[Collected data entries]
- - -
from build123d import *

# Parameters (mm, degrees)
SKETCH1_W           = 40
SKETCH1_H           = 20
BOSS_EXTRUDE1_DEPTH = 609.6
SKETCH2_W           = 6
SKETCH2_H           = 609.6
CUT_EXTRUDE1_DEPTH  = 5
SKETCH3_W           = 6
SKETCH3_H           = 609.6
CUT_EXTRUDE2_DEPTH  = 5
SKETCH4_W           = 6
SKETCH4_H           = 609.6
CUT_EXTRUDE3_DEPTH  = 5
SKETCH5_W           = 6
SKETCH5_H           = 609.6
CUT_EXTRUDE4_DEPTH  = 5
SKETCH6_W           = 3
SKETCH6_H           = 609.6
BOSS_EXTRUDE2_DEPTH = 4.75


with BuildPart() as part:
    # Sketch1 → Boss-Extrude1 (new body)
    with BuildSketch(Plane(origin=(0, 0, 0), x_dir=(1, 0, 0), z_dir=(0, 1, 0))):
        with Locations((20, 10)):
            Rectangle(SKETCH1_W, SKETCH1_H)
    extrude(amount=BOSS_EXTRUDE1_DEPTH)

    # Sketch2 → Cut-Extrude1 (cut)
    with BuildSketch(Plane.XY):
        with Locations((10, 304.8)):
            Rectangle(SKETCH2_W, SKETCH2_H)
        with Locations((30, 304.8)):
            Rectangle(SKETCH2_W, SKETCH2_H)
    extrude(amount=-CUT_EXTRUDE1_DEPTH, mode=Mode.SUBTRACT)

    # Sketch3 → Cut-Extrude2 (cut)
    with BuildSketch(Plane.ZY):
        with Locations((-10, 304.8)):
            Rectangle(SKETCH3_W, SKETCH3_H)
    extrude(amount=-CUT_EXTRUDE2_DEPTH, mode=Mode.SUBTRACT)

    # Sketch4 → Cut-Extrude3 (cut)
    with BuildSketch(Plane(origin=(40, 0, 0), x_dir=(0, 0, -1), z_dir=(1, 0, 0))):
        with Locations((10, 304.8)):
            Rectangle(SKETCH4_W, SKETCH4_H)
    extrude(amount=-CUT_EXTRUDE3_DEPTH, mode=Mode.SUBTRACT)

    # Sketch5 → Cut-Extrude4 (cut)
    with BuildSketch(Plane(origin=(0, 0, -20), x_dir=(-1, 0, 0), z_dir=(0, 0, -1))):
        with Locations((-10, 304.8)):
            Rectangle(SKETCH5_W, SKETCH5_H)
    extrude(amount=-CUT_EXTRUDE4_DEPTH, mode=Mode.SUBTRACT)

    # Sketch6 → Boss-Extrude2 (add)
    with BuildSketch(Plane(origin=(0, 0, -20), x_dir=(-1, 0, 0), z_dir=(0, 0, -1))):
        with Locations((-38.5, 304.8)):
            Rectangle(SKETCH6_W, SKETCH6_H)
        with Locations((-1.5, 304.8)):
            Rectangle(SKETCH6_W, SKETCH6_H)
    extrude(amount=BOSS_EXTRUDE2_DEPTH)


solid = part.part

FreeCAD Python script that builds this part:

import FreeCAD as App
import Part
import Sketcher

V = App.Vector

doc = App.newDocument("Part")
body = doc.addObject("PartDesign::Body", "Body")

# Sketch on XZ plane
sketch1 = body.newObject("Sketcher::SketchObject", "Sketch")
sketch1.AttachmentSupport = (doc.getObject("XZ_Plane"), [""])
sketch1.MapMode = "FlatFace"
sketch1.addGeometry(Part.LineSegment(V(0, -20, 0), V(0, 0, 0)), False)
sketch1.addGeometry(Part.LineSegment(V(0, 0, 0), V(40, 0, 0)), False)
sketch1.addGeometry(Part.LineSegment(V(40, 0, 0), V(40, -20, 0)), False)
sketch1.addGeometry(Part.LineSegment(V(40, -20, 0), V(0, -20, 0)), False)
sketch1.addConstraint(Sketcher.Constraint("Coincident", 0, 2, 1, 1))
sketch1.addConstraint(Sketcher.Constraint("Coincident", 1, 2, 2, 1))
sketch1.addConstraint(Sketcher.Constraint("Coincident", 2, 2, 3, 1))
sketch1.addConstraint(Sketcher.Constraint("Coincident", 3, 2, 0, 1))
sketch1.addConstraint(Sketcher.Constraint("Vertical", 0))
sketch1.addConstraint(Sketcher.Constraint("Horizontal", 1))
sketch1.addConstraint(Sketcher.Constraint("Vertical", 2))
sketch1.addConstraint(Sketcher.Constraint("Horizontal", 3))
sketch1.addConstraint(Sketcher.Constraint("Coincident", 0, 2, -1, 1))
sketch1.addConstraint(Sketcher.Constraint("DistanceX", 1, 1, 1, 2, 40.0))
sketch1.addConstraint(Sketcher.Constraint("DistanceY", 0, 1, 0, 2, 20.0))
pad1 = body.newObject("PartDesign::Pad", "Pad")
pad1.Profile = sketch1
pad1.Length = 609.6
pad1.Reversed = True

# Sketch on XY plane
sketch2 = body.newObject("Sketcher::SketchObject", "Sketch001")
sketch2.AttachmentSupport = (doc.getObject("XY_Plane"), [""])
sketch2.MapMode = "FlatFace"
sketch2.addGeometry(Part.LineSegment(V(7, 610, 0), V(7, 0, 0)), False)
sketch2.addGeometry(Part.LineSegment(V(7, 0, 0), V(13, 0, 0)), False)
sketch2.addGeometry(Part.LineSegment(V(13, 0, 0), V(13, 610, 0)), False)
sketch2.addGeometry(Part.LineSegment(V(13, 610, 0), V(7, 610, 0)), False)
sketch2.addGeometry(Part.LineSegment(V(27, 610, 0), V(27, 0, 0)), False)
sketch2.addGeometry(Part.LineSegment(V(27, 0, 0), V(33, 0, 0)), False)
sketch2.addGeometry(Part.LineSegment(V(33, 0, 0), V(33, 610, 0)), False)
sketch2.addGeometry(Part.LineSegment(V(33, 610, 0), V(27, 610, 0)), False)
sketch2.addConstraint(Sketcher.Constraint("Coincident", 0, 2, 1, 1))
sketch2.addConstraint(Sketcher.Constraint("Coincident", 1, 2, 2, 1))
sketch2.addConstraint(Sketcher.Constraint("Coincident", 2, 2, 3, 1))
sketch2.addConstraint(Sketcher.Constraint("Coincident", 3, 2, 0, 1))
sketch2.addConstraint(Sketcher.Constraint("Coincident", 4, 2, 5, 1))
sketch2.addConstraint(Sketcher.Constraint("Coincident", 5, 2, 6, 1))
sketch2.addConstraint(Sketcher.Constraint("Coincident", 6, 2, 7, 1))
sketch2.addConstraint(Sketcher.Constraint("Coincident", 7, 2, 4, 1))
sketch2.addConstraint(Sketcher.Constraint("Vertical", 0))
sketch2.addConstraint(Sketcher.Constraint("Horizontal", 1))
sketch2.addConstraint(Sketcher.Constraint("Vertical", 2))
sketch2.addConstraint(Sketcher.Constraint("Horizontal", 3))
sketch2.addConstraint(Sketcher.Constraint("Vertical", 4))
sketch2.addConstraint(Sketcher.Constraint("Horizontal", 5))
sketch2.addConstraint(Sketcher.Constraint("Vertical", 6))
sketch2.addConstraint(Sketcher.Constraint("Horizontal", 7))
sketch2.addConstraint(Sketcher.Constraint("PointOnObject", 0, 2, -1))
sketch2.addConstraint(Sketcher.Constraint("PointOnObject", 4, 2, -1))
sketch2.addConstraint(Sketcher.Constraint("Horizontal", 3, 2, 6, 2))
sketch2.addConstraint(Sketcher.Constraint("Equal", 3, 5))
sketch2.addConstraint(Sketcher.Constraint("DistanceX", 1, 1, 1, 2, 6.0))
sketch2.addConstraint(Sketcher.Constraint("DistanceY", 0, 2, 0, 1, 609.6))
sketch2.addConstraint(Sketcher.Constraint("DistanceX", -1, 1, 0, 2, 7.0))
sketch2.addConstraint(Sketcher.Constraint("DistanceX", -1, 1, 4, 2, 27.0))
pocket1 = body.newObject("PartDesign::Pocket", "Pocket")
pocket1.Profile = sketch2
pocket1.Length = 5

# Sketch on YZ plane
sketch3 = body.newObject("Sketcher::SketchObject", "Sketch002")
sketch3.AttachmentSupport = (doc.getObject("YZ_Plane"), [""])
sketch3.MapMode = "FlatFace"
sketch3.addGeometry(Part.LineSegment(V(610, -13, 0), V(0, -13, 0)), False)
sketch3.addGeometry(Part.LineSegment(V(0, -13, 0), V(0, -7, 0)), False)
sketch3.addGeometry(Part.LineSegment(V(0, -7, 0), V(610, -7, 0)), False)
sketch3.addGeometry(Part.LineSegment(V(610, -7, 0), V(610, -13, 0)), False)
sketch3.addConstraint(Sketcher.Constraint("Coincident", 0, 2, 1, 1))
sketch3.addConstraint(Sketcher.Constraint("Coincident", 1, 2, 2, 1))
sketch3.addConstraint(Sketcher.Constraint("Coincident", 2, 2, 3, 1))
sketch3.addConstraint(Sketcher.Constraint("Coincident", 3, 2, 0, 1))
sketch3.addConstraint(Sketcher.Constraint("Horizontal", 0))
sketch3.addConstraint(Sketcher.Constraint("Vertical", 1))
sketch3.addConstraint(Sketcher.Constraint("Horizontal", 2))
sketch3.addConstraint(Sketcher.Constraint("Vertical", 3))
sketch3.addConstraint(Sketcher.Constraint("PointOnObject", 0, 2, -2))
sketch3.addConstraint(Sketcher.Constraint("DistanceY", 1, 1, 1, 2, 6.0))
sketch3.addConstraint(Sketcher.Constraint("DistanceX", 0, 2, 0, 1, 609.6))
sketch3.addConstraint(Sketcher.Constraint("DistanceY", 0, 2, -1, 1, 13.0))
pocket2 = body.newObject("PartDesign::Pocket", "Pocket001")
pocket2.Profile = sketch3
pocket2.Length = 5
pocket2.Reversed = True

# Sketch on YZ plane
sketch4 = body.newObject("Sketcher::SketchObject", "Sketch003")
sketch4.AttachmentSupport = (doc.getObject("YZ_Plane"), [""])
sketch4.MapMode = "FlatFace"
sketch4.AttachmentOffset = App.Placement(V(0, 0, 40), App.Rotation())
sketch4.addGeometry(Part.LineSegment(V(610, -7, 0), V(0, -7, 0)), False)
sketch4.addGeometry(Part.LineSegment(V(0, -7, 0), V(0, -13, 0)), False)
sketch4.addGeometry(Part.LineSegment(V(0, -13, 0), V(610, -13, 0)), False)
sketch4.addGeometry(Part.LineSegment(V(610, -13, 0), V(610, -7, 0)), False)
sketch4.addConstraint(Sketcher.Constraint("Coincident", 0, 2, 1, 1))
sketch4.addConstraint(Sketcher.Constraint("Coincident", 1, 2, 2, 1))
sketch4.addConstraint(Sketcher.Constraint("Coincident", 2, 2, 3, 1))
sketch4.addConstraint(Sketcher.Constraint("Coincident", 3, 2, 0, 1))
sketch4.addConstraint(Sketcher.Constraint("Horizontal", 0))
sketch4.addConstraint(Sketcher.Constraint("Vertical", 1))
sketch4.addConstraint(Sketcher.Constraint("Horizontal", 2))
sketch4.addConstraint(Sketcher.Constraint("Vertical", 3))
sketch4.addConstraint(Sketcher.Constraint("PointOnObject", 0, 2, -2))
sketch4.addConstraint(Sketcher.Constraint("DistanceY", 1, 2, 1, 1, 6.0))
sketch4.addConstraint(Sketcher.Constraint("DistanceX", 0, 2, 0, 1, 609.6))
sketch4.addConstraint(Sketcher.Constraint("DistanceY", 0, 2, -1, 1, 7.0))
pocket3 = body.newObject("PartDesign::Pocket", "Pocket002")
pocket3.Profile = sketch4
pocket3.Length = 5

# Sketch on XY plane
sketch5 = body.newObject("Sketcher::SketchObject", "Sketch004")
sketch5.AttachmentSupport = (doc.getObject("XY_Plane"), [""])
sketch5.MapMode = "FlatFace"
sketch5.AttachmentOffset = App.Placement(V(0, 0, -20), App.Rotation())
sketch5.addGeometry(Part.LineSegment(V(13, 610, 0), V(13, 0, 0)), False)
sketch5.addGeometry(Part.LineSegment(V(13, 0, 0), V(7, 0, 0)), False)
sketch5.addGeometry(Part.LineSegment(V(7, 0, 0), V(7, 610, 0)), False)
sketch5.addGeometry(Part.LineSegment(V(7, 610, 0), V(13, 610, 0)), False)
sketch5.addConstraint(Sketcher.Constraint("Coincident", 0, 2, 1, 1))
sketch5.addConstraint(Sketcher.Constraint("Coincident", 1, 2, 2, 1))
sketch5.addConstraint(Sketcher.Constraint("Coincident", 2, 2, 3, 1))
sketch5.addConstraint(Sketcher.Constraint("Coincident", 3, 2, 0, 1))
sketch5.addConstraint(Sketcher.Constraint("Vertical", 0))
sketch5.addConstraint(Sketcher.Constraint("Horizontal", 1))
sketch5.addConstraint(Sketcher.Constraint("Vertical", 2))
sketch5.addConstraint(Sketcher.Constraint("Horizontal", 3))
sketch5.addConstraint(Sketcher.Constraint("PointOnObject", 0, 2, -1))
sketch5.addConstraint(Sketcher.Constraint("DistanceX", 1, 2, 1, 1, 6.0))
sketch5.addConstraint(Sketcher.Constraint("DistanceY", 0, 2, 0, 1, 609.6))
sketch5.addConstraint(Sketcher.Constraint("DistanceX", -1, 1, 0, 2, 13.0))
pocket4 = body.newObject("PartDesign::Pocket", "Pocket003")
pocket4.Profile = sketch5
pocket4.Length = 5
pocket4.Reversed = True

# Sketch on XY plane
sketch6 = body.newObject("Sketcher::SketchObject", "Sketch005")
sketch6.AttachmentSupport = (doc.getObject("XY_Plane"), [""])
sketch6.MapMode = "FlatFace"
sketch6.AttachmentOffset = App.Placement(V(0, 0, -20), App.Rotation())
sketch6.addGeometry(Part.LineSegment(V(40, 609.6, 0), V(40, 0, 0)), False)
sketch6.addGeometry(Part.LineSegment(V(40, 0, 0), V(37, 0, 0)), False)
sketch6.addGeometry(Part.LineSegment(V(37, 0, 0), V(37, 609.6, 0)), False)
sketch6.addGeometry(Part.LineSegment(V(37, 609.6, 0), V(40, 609.6, 0)), False)
sketch6.addGeometry(Part.LineSegment(V(3, 609.6, 0), V(3, 0, 0)), False)
sketch6.addGeometry(Part.LineSegment(V(3, 0, 0), V(0, 0, 0)), False)
sketch6.addGeometry(Part.LineSegment(V(0, 0, 0), V(0, 609.6, 0)), False)
sketch6.addGeometry(Part.LineSegment(V(0, 609.6, 0), V(3, 609.6, 0)), False)
sketch6.addConstraint(Sketcher.Constraint("Coincident", 0, 2, 1, 1))
sketch6.addConstraint(Sketcher.Constraint("Coincident", 1, 2, 2, 1))
sketch6.addConstraint(Sketcher.Constraint("Coincident", 2, 2, 3, 1))
sketch6.addConstraint(Sketcher.Constraint("Coincident", 3, 2, 0, 1))
sketch6.addConstraint(Sketcher.Constraint("Coincident", 4, 2, 5, 1))
sketch6.addConstraint(Sketcher.Constraint("Coincident", 5, 2, 6, 1))
sketch6.addConstraint(Sketcher.Constraint("Coincident", 6, 2, 7, 1))
sketch6.addConstraint(Sketcher.Constraint("Coincident", 7, 2, 4, 1))
sketch6.addConstraint(Sketcher.Constraint("Vertical", 0))
sketch6.addConstraint(Sketcher.Constraint("Horizontal", 1))
sketch6.addConstraint(Sketcher.Constraint("Vertical", 2))
sketch6.addConstraint(Sketcher.Constraint("Horizontal", 3))
sketch6.addConstraint(Sketcher.Constraint("Vertical", 4))
sketch6.addConstraint(Sketcher.Constraint("Horizontal", 5))
sketch6.addConstraint(Sketcher.Constraint("Vertical", 6))
sketch6.addConstraint(Sketcher.Constraint("Horizontal", 7))
sketch6.addConstraint(Sketcher.Constraint("Coincident", 5, 2, -1, 1))
sketch6.addConstraint(Sketcher.Constraint("PointOnObject", 0, 2, -1))
sketch6.addConstraint(Sketcher.Constraint("Horizontal", 3, 2, 6, 2))
sketch6.addConstraint(Sketcher.Constraint("Equal", 3, 5))
sketch6.addConstraint(Sketcher.Constraint("DistanceX", 1, 2, 1, 1, 3.0))
sketch6.addConstraint(Sketcher.Constraint("DistanceY", 0, 2, 0, 1, 609.6))
sketch6.addConstraint(Sketcher.Constraint("DistanceX", -1, 1, 0, 2, 40.0))
pad2 = body.newObject("PartDesign::Pad", "Pad001")
pad2.Profile = sketch6
pad2.Length = 4.75
pad2.Reversed = True

doc.recompute()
- - -
(Task objective) The lines above, from the first through the one containing "Rectangle(SKETCH5_W, SKETCH5_H)", must be restated word for word, with nothing added.

(Exercise response)
from build123d import *

# Parameters (mm, degrees)
SKETCH1_W           = 40
SKETCH1_H           = 20
BOSS_EXTRUDE1_DEPTH = 609.6
SKETCH2_W           = 6
SKETCH2_H           = 609.6
CUT_EXTRUDE1_DEPTH  = 5
SKETCH3_W           = 6
SKETCH3_H           = 609.6
CUT_EXTRUDE2_DEPTH  = 5
SKETCH4_W           = 6
SKETCH4_H           = 609.6
CUT_EXTRUDE3_DEPTH  = 5
SKETCH5_W           = 6
SKETCH5_H           = 609.6
CUT_EXTRUDE4_DEPTH  = 5
SKETCH6_W           = 3
SKETCH6_H           = 609.6
BOSS_EXTRUDE2_DEPTH = 4.75


with BuildPart() as part:
    # Sketch1 → Boss-Extrude1 (new body)
    with BuildSketch(Plane(origin=(0, 0, 0), x_dir=(1, 0, 0), z_dir=(0, 1, 0))):
        with Locations((20, 10)):
            Rectangle(SKETCH1_W, SKETCH1_H)
    extrude(amount=BOSS_EXTRUDE1_DEPTH)

    # Sketch2 → Cut-Extrude1 (cut)
    with BuildSketch(Plane.XY):
        with Locations((10, 304.8)):
            Rectangle(SKETCH2_W, SKETCH2_H)
        with Locations((30, 304.8)):
            Rectangle(SKETCH2_W, SKETCH2_H)
    extrude(amount=-CUT_EXTRUDE1_DEPTH, mode=Mode.SUBTRACT)

    # Sketch3 → Cut-Extrude2 (cut)
    with BuildSketch(Plane.ZY):
        with Locations((-10, 304.8)):
            Rectangle(SKETCH3_W, SKETCH3_H)
    extrude(amount=-CUT_EXTRUDE2_DEPTH, mode=Mode.SUBTRACT)

    # Sketch4 → Cut-Extrude3 (cut)
    with BuildSketch(Plane(origin=(40, 0, 0), x_dir=(0, 0, -1), z_dir=(1, 0, 0))):
        with Locations((10, 304.8)):
            Rectangle(SKETCH4_W, SKETCH4_H)
    extrude(amount=-CUT_EXTRUDE3_DEPTH, mode=Mode.SUBTRACT)

    # Sketch5 → Cut-Extrude4 (cut)
    with BuildSketch(Plane(origin=(0, 0, -20), x_dir=(-1, 0, 0), z_dir=(0, 0, -1))):
        with Locations((-10, 304.8)):
            Rectangle(SKETCH5_W, SKETCH5_H)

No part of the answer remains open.